The deduplicate records [processing rule](/ingest/pipeline/processing-rules) looks for
any records that contain identical key/value data during a specified time frame, then
removes all but the first occurrence of those records within that time frame.

<Warning>
  When the deduplicate records rule waits for data to accumulate during the
  specified time window, the pipeline [buffers](/ingest/pipeline/v2/configure/backpressure)
  that data. Increasing the value of the **Time window** parameter also increases
  the memory load on your pipeline. For example, if 100,000 records pass through
  your pipeline during the specified time period, and those records are 1 kB
  each, the deduplicate records rule will add approximately 100 MB of memory
  load.
</Warning>

## Configuration parameters

Use the parameters in this section to configure the {entity_0}. The
Telemetry Pipeline web interface uses the items in the **Name** column to
describe these parameters. [Pipeline configuration files](/ingest/pipeline/v2/configure/config-files)
use the items in the **Key** column as YAML keys.

| Name                                    | Key           | Description                                                                                                                                                                                                                                                                                                                                                                         | Default           |
| --------------------------------------- | ------------- | ----------------------------------------------------------------------------------------------------------------------------------------------------------------------------------------------------------------------------------------------------------------------------------------------------------------------------------------------------------------------------------- | ----------------- |
| **Time window**                         | `window`      | Required. How long to wait (in seconds) for data to accumulate in your pipeline before searching for duplicate records.
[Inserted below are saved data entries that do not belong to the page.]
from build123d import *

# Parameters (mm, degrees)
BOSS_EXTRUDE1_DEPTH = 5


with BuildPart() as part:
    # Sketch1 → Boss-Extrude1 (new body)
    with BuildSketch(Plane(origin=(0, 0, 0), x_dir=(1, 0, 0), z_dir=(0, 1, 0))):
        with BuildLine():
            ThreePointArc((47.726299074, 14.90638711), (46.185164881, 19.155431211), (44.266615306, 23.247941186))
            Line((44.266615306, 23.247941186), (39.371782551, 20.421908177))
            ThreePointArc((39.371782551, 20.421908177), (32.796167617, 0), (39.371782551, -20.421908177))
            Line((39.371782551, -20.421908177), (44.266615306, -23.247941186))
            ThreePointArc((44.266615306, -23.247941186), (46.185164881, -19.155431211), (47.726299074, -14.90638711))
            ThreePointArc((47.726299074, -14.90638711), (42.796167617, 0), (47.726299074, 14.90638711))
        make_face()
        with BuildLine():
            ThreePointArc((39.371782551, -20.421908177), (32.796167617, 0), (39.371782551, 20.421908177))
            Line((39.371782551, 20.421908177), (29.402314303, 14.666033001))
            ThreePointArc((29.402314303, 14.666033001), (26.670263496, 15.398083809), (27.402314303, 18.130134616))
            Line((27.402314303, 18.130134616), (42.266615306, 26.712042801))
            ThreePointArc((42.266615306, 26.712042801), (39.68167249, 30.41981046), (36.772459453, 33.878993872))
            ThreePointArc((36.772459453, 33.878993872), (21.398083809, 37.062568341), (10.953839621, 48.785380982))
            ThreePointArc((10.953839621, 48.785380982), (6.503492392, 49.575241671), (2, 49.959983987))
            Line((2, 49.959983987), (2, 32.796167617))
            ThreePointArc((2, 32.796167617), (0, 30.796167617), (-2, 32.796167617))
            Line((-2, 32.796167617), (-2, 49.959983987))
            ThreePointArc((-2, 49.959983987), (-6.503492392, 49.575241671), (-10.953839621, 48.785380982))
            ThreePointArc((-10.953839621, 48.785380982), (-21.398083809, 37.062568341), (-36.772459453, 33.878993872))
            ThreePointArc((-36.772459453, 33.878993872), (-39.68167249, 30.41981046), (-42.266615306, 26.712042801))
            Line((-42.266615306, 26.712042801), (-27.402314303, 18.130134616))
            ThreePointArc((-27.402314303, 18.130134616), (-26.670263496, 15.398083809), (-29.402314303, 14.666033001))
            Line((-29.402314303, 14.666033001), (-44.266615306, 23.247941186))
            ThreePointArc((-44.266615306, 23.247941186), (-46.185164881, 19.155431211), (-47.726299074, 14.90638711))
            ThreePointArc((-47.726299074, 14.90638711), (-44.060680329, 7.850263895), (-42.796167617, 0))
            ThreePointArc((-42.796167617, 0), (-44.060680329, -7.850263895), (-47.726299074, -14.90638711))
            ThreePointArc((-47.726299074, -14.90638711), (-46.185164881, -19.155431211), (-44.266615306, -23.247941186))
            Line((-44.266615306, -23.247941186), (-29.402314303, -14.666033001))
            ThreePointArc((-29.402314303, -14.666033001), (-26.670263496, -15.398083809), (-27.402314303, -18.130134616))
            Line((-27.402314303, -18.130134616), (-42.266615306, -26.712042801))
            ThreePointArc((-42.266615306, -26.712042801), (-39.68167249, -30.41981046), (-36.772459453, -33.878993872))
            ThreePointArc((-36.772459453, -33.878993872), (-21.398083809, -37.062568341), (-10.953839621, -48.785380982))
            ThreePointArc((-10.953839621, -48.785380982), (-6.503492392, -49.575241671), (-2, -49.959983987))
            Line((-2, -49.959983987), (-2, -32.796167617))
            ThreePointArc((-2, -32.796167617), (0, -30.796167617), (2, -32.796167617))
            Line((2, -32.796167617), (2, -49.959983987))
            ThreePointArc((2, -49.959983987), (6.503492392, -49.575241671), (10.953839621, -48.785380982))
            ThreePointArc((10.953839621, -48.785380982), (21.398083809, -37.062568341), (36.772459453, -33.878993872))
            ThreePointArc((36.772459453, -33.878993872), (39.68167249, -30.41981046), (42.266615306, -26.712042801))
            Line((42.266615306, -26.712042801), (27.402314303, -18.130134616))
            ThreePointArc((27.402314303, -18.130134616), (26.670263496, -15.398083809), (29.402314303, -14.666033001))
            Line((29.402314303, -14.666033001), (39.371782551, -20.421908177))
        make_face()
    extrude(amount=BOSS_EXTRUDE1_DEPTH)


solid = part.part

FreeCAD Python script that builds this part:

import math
import FreeCAD as App
import Part
import Sketcher

V = App.Vector
Q = App.Units.Quantity

doc = App.newDocument("Part")
body = doc.addObject("PartDesign::Body", "Body")

# Sketch on XZ plane
sketch1 = body.newObject("Sketcher::SketchObject", "Sketch")
sketch1.AttachmentSupport = (doc.getObject("XZ_Plane"), [""])
sketch1.MapMode = "FlatFace"
sketch1.addGeometry([
    Part.ArcOfCircle(Part.Circle(V(0, 0, 0), V(0, 0, 1), 50), math.radians(-27.71), math.radians(-17.35)),  # 0
    Part.LineSegment(V(44.3, -23.2, 0), V(39.4, -20.4, 0)),  # 1
    Part.LineSegment(V(39.4, -20.4, 0), V(29.4, -14.7, 0)),  # 2
    Part.ArcOfCircle(Part.Circle(V(28.4, -16.4, 0), V(0, 0, 1), 2), math.radians(60), math.radians(240)),  # 3
    Part.LineSegment(V(27.4, -18.1, 0), V(42.3, -26.7, 0)),  # 4
    Part.ArcOfCircle(Part.Circle(V(0, 0, 0), V(0, 0, 1), 50), math.radians(-42.65), math.radians(-32.29)),  # 5
    Part.ArcOfCircle(Part.Circle(V(33.9, -58.7, 0), V(0, 0, 1), 25), math.radians(83), math.radians(157)),  # 6
    Part.ArcOfCircle(Part.Circle(V(0, 0, 0), V(0, 0, 1), 50), math.radians(-87.71), math.radians(-77.35)),  # 7
    Part.LineSegment(V(2, -50, 0), V(2, -32.8, 0)),  # 8
    Part.ArcOfCircle(Part.Circle(V(0, -32.8, 0), V(0, 0, 1), 2), math.radians(0), math.radians(180)),  # 9
    Part.LineSegment(V(-2, -32.8, 0), V(-2, -50, 0)),  # 10
    Part.ArcOfCircle(Part.Circle(V(0, 0, 0), V(0, 0, 1), 50), math.radians(-102.65), math.radians(-92.29)),  # 11
    Part.ArcOfCircle(Part.Circle(V(-33.9, -58.7, 0), V(0, 0, 1), 25), math.radians(23), math.radians(97)),  # 12
    Part.ArcOfCircle(Part.Circle(V(0, 0, 0), V(0, 0, 1), 50), math.radians(-147.71), math.radians(-137.35)),  # 13
    Part.LineSegment(V(-42.3, -26.7, 0), V(-27.4, -18.1, 0)),  # 14
    Part.ArcOfCircle(Part.Circle(V(-28.4, -16.4, 0), V(0, 0, 1), 2), math.radians(-60), math.radians(120)),  # 15
    Part.LineSegment(V(-29.4, -14.7, 0), V(-44.3, -23.2, 0)),  # 16
    Part.ArcOfCircle(Part.Circle(V(0, 0, 0), V(0, 0, 1), 50), math.radians(-162.65), math.radians(-152.29)),  # 17
    Part.ArcOfCircle(Part.Circle(V(-67.8, 0, 0), V(0, 0, 1), 25), math.radians(-37), math.radians(0)),  # 18
    Part.ArcOfCircle(Part.Circle(V(-67.8, 0, 0), V(0, 0, 1), 25), math.radians(0), math.radians(37)),  # 19
    Part.ArcOfCircle(Part.Circle(V(0, 0, 0), V(0, 0, 1), 50), math.radians(152.29), math.radians(162.65)),  # 20
    Part.LineSegment(V(-44.3, 23.2, 0), V(-29.4, 14.7, 0)),  # 21
    Part.ArcOfCircle(Part.Circle(V(-28.4, 16.4, 0), V(0, 0, 1), 2), math.radians(-120), math.radians(60)),  # 22
    Part.LineSegment(V(-27.4, 18.1, 0), V(-42.3, 26.7, 0)),  # 23
    Part.ArcOfCircle(Part.Circle(V(0, 0, 0), V(0, 0, 1), 50), math.radians(137.35), math.radians(147.71)),  # 24
    Part.ArcOfCircle(Part.Circle(V(-33.9, 58.7, 0), V(0, 0, 1), 25), math.radians(-97), math.radians(-23)),  # 25
    Part.ArcOfCircle(Part.Circle(V(0, 0, 0), V(0, 0, 1), 50), math.radians(92.29), math.radians(102.65)),  # 26
    Part.LineSegment(V(-2, 50, 0), V(-2, 32.8, 0)),  # 27
    Part.ArcOfCircle(Part.Circle(V(0, 32.8, 0), V(0, 0, 1), 2), math.radians(180), math.radians(360)),  # 28
    Part.LineSegment(V(2, 32.8, 0), V(2, 50, 0)),  # 29
    Part.ArcOfCircle(Part.Circle(V(0, 0, 0), V(0, 0, 1), 50), math.radians(77.35), math.radians(87.71)),  # 30
    Part.ArcOfCircle(Part.Circle(V(33.9, 58.7, 0), V(0, 0, 1), 25), math.radians(-157), math.radians(-83)),  # 31
    Part.ArcOfCircle(Part.Circle(V(0, 0, 0), V(0, 0, 1), 50), math.radians(32.29), math.radians(42.65)),  # 32
    Part.LineSegment(V(42.3, 26.7, 0), V(27.4, 18.1, 0)),  # 33
    Part.ArcOfCircle(Part.Circle(V(28.4, 16.4, 0), V(0, 0, 1), 2), math.radians(120), math.radians(300)),  # 34
    Part.LineSegment(V(29.4, 14.7, 0), V(39.4, 20.4, 0)),  # 35
    Part.LineSegment(V(39.4, 20.4, 0), V(44.3, 23.2, 0)),  # 36
    Part.ArcOfCircle(Part.Circle(V(0, 0, 0), V(0, 0, 1), 50), math.radians(17.35), math.radians(27.71)),  # 37
    Part.ArcOfCircle(Part.Circle(V(67.8, 0, 0), V(0, 0, 1), 25), math.radians(143), math.radians(217)),  # 38
], False)
sketch1.addConstraint([
    Sketcher.Constraint("Coincident", 0, 1, 1, 1),
    Sketcher.Constraint("Coincident", 1, 2, 2, 1),
    Sketcher.Constraint("Tangent", 2, 2, 3, 1),
    Sketcher.Constraint("Tangent", 3, 2, 4, 1),
    Sketcher.Constraint("Coincident", 4, 2, 5, 2),
    Sketcher.Constraint("Coincident", 5, 1, 6, 1),
    Sketcher.Constraint("Coincident", 6, 2, 7, 2),
    Sketcher.Constraint("Coincident", 7, 1, 8, 1),
    Sketcher.Constraint("Tangent", 8, 2, 9, 1),
    Sketcher.Constraint("Tangent", 9, 2, 10, 1),
    Sketcher.Constraint("Coincident", 10, 2, 11, 2),
    Sketcher.Constraint("Coincident", 11, 1, 12, 1),
    Sketcher.Constraint("Coincident", 12, 2, 13, 2),
    Sketcher.Constraint("Coincident", 13, 1, 14, 1),
    Sketcher.Constraint("Tangent", 14, 2, 15, 1),
    Sketcher.Constraint("Tangent", 15, 2, 16, 1),
    Sketcher.Constraint("Coincident", 16, 2, 17, 2),
    Sketcher.Constraint("Coincident", 17, 1, 18, 1),
    Sketcher.Constraint("Tangent", 18, 2, 19, 1),
    Sketcher.Constraint("Coincident", 19, 2, 20, 2),
    Sketcher.Constraint("Coincident", 20, 1, 21, 1),
    Sketcher.Constraint("Tangent", 21, 2, 22, 1),
    Sketcher.Constraint("Tangent", 22, 2, 23, 1),
    Sketcher.Constraint("Coincident", 23, 2, 24, 2),
    Sketcher.Constraint("Coincident", 24, 1, 25, 1),
    Sketcher.Constraint("Coincident", 25, 2, 26, 2),
    Sketcher.Constraint("Coincident", 26, 1, 27, 1),
    Sketcher.Constraint("Tangent", 27, 2, 28, 1),
    Sketcher.Constraint("Tangent", 28, 2, 29, 1),
    Sketcher.Constraint("Coincident", 29, 2, 30, 2),
    Sketcher.Constraint("Coincident", 30, 1, 31, 1),
    Sketcher.Constraint("Coincident", 31, 2, 32, 2),
    Sketcher.Constraint("Coincident", 32, 1, 33, 1),
    Sketcher.Constraint("Tangent", 33, 2, 34, 1),
    Sketcher.Constraint("Tangent", 34, 2, 35, 1),
    Sketcher.Constraint("Coincident", 35, 2, 36, 1),
    Sketcher.Constraint("Coincident", 36, 2, 37, 2),
    Sketcher.Constraint("Coincident", 37, 1, 38, 1),
    Sketcher.Constraint("Coincident", 38, 2, 0, 2),
    Sketcher.Constraint("Vertical", 8),
    Sketcher.Constraint("Vertical", 10),
    Sketcher.Constraint("Vertical", 27),
    Sketcher.Constraint("Vertical", 29),
    Sketcher.Constraint("Coincident", 0, 3, -1, 1),
    Sketcher.Constraint("Coincident", 5, 3, -1, 1),
    Sketcher.Constraint("Coincident", 7, 3, -1, 1),
    Sketcher.Constraint("Coincident", 11, 3, -1, 1),
    Sketcher.Constraint("Coincident", 13, 3, -1, 1),
    Sketcher.Constraint("Coincident", 17, 3, -1, 1),
    Sketcher.Constraint("Coincident", 20, 3, -1, 1),
    Sketcher.Constraint("Coincident", 24, 3, -1, 1),
    Sketcher.Constraint("Coincident", 26, 3, -1, 1),
    Sketcher.Constraint("Coincident", 30, 3, -1, 1),
    Sketcher.Constraint("Coincident", 32, 3, -1, 1),
    Sketcher.Constraint("Coincident", 37, 3, -1, 1),
    Sketcher.Constraint("Equal", 0, 5),
    Sketcher.Constraint("Equal", 5, 7),
    Sketcher.Constraint("Equal", 3, 9),
    Sketcher.Constraint("Equal", 7, 11),
    Sketcher.Constraint("Equal", 6, 12),
    Sketcher.Constraint("Equal", 11, 13),
    Sketcher.Constraint("Equal", 9, 15),
    Sketcher.Constraint("Equal", 13, 17),
    Sketcher.Constraint("Equal", 12, 18),
    Sketcher.Constraint("Equal", 18, 19),
    Sketcher.Constraint("Equal", 17, 20),
    Sketcher.Constraint("Equal", 15, 22),
    Sketcher.Constraint("Equal", 20, 24),
    Sketcher.Constraint("Equal", 19, 25),
    Sketcher.Constraint("Equal", 24, 26),
    Sketcher.Constraint("Equal", 22, 28),
    Sketcher.Constraint("Equal", 26, 30),
    Sketcher.Constraint("Equal", 25, 31),
    Sketcher.Constraint("Equal", 30, 32),
    Sketcher.Constraint("Equal", 28, 34),
    Sketcher.Constraint("Equal", 32, 37),
    Sketcher.Constraint("Equal", 31, 38),
    Sketcher.Constraint("Symmetric", 3, 3, 22, 3, -1, 1),
    Sketcher.Constraint("Symmetric", 6, 3, 25, 3, -1, 1),
    Sketcher.Constraint("Symmetric", 9, 3, 28, 3, -1, 1),
    Sketcher.Constraint("Symmetric", 12, 3, 31, 3, -1, 1),
    Sketcher.Constraint("Symmetric", 15, 3, 34, 3, -1, 1),
    Sketcher.Constraint("Symmetric", 18, 3, 38, 3, -1, 1),
    Sketcher.Constraint("Symmetric", 6, 3, 12, 3, -2),
    Sketcher.Constraint("Symmetric", 3, 3, 15, 3, -2),
    Sketcher.Constraint("Symmetric", 1, 2, 35, 2, -1),
    Sketcher.Constraint("PointOnObject", 9, 3, -2),
    Sketcher.Constraint("PointOnObject", 18, 3, -1),
    Sketcher.Constraint("PointOnObject", 18, 2, -1),
    Sketcher.Constraint("Parallel", 1, 2),
    Sketcher.Constraint("Parallel", 2, 4),
    Sketcher.Constraint("Parallel", 14, 16),
    Sketcher.Constraint("Parallel", 4, 21),
    Sketcher.Constraint("Parallel", 21, 23),
    Sketcher.Constraint("Parallel", 16, 33),
    Sketcher.Constraint("Parallel", 33, 35),
    Sketcher.Constraint("Parallel", 35, 36),
    Sketcher.Constraint("Equal", 14, 16),
    Sketcher.Constraint("Radius", 0, 50.0),
    Sketcher.Constraint("Radius", 3, 2.0),
    Sketcher.Constraint("Radius", 6, 25.0),
    Sketcher.Constraint("Angle", 1, Q("150 deg")),
    Sketcher.Constraint("DistanceX", 17, 1, -1, 1, 47.726299),
    Sketcher.Constraint("Distance", 2, 11.51175),
    Sketcher.Constraint("DistanceY", 8, 1, 8, 2, 17.163816),
    Sketcher.Constraint("DistanceY", 1, 2, -1, 1, 20.421908),
    Sketcher.Constraint("DistanceX", -1, 1, 5, 1, 36.772459),
    Sketcher.Constraint("DistanceX", -1, 1, 6, 2, 10.95384),
])
pad1 = body.newObject("PartDesign::Pad", "Pad")
pad1.Profile = sketch1
pad1.Length = 5
pad1.Reversed = True

doc.recompute()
For example, for a window length of `5`, two records with an identical key/value pair are considered duplicates if they both occur within the same five-second period, but not if they occur within the same 10-second period.                              | *none*            |
| **Select key**                          | `key`         | Required. The key to use in your comparison. If multiple records have the same value assigned to this key, this rule removes all but the earliest record to contain that key/value pair within the specified time frame. You can also use [record accessor syntax](/ingest/pipeline/processing-rules#record-accessor-syntax) to reference keys nested within another nested object. | *none*            |
| **Ignore records without key** checkbox | `skipMissing` | If selected, skips any records that don't contain your specified **Select key**. Chronosphere recommends selecting this checkbox to prevent processing errors.                                                                                                                                                                                                                      | Selected / `true` |
| **Comment**                             | `comment`     | A custom note or description of the rule's function. This text is displayed next to the rule's name in the **Actions** list in the processing rules interface.                                                                                                                                                                                                                      | *none*            |

## Example

Using the deduplicate records rule lets you remove redundant information from
your pipeline and reduce the amount of data that reaches your backend.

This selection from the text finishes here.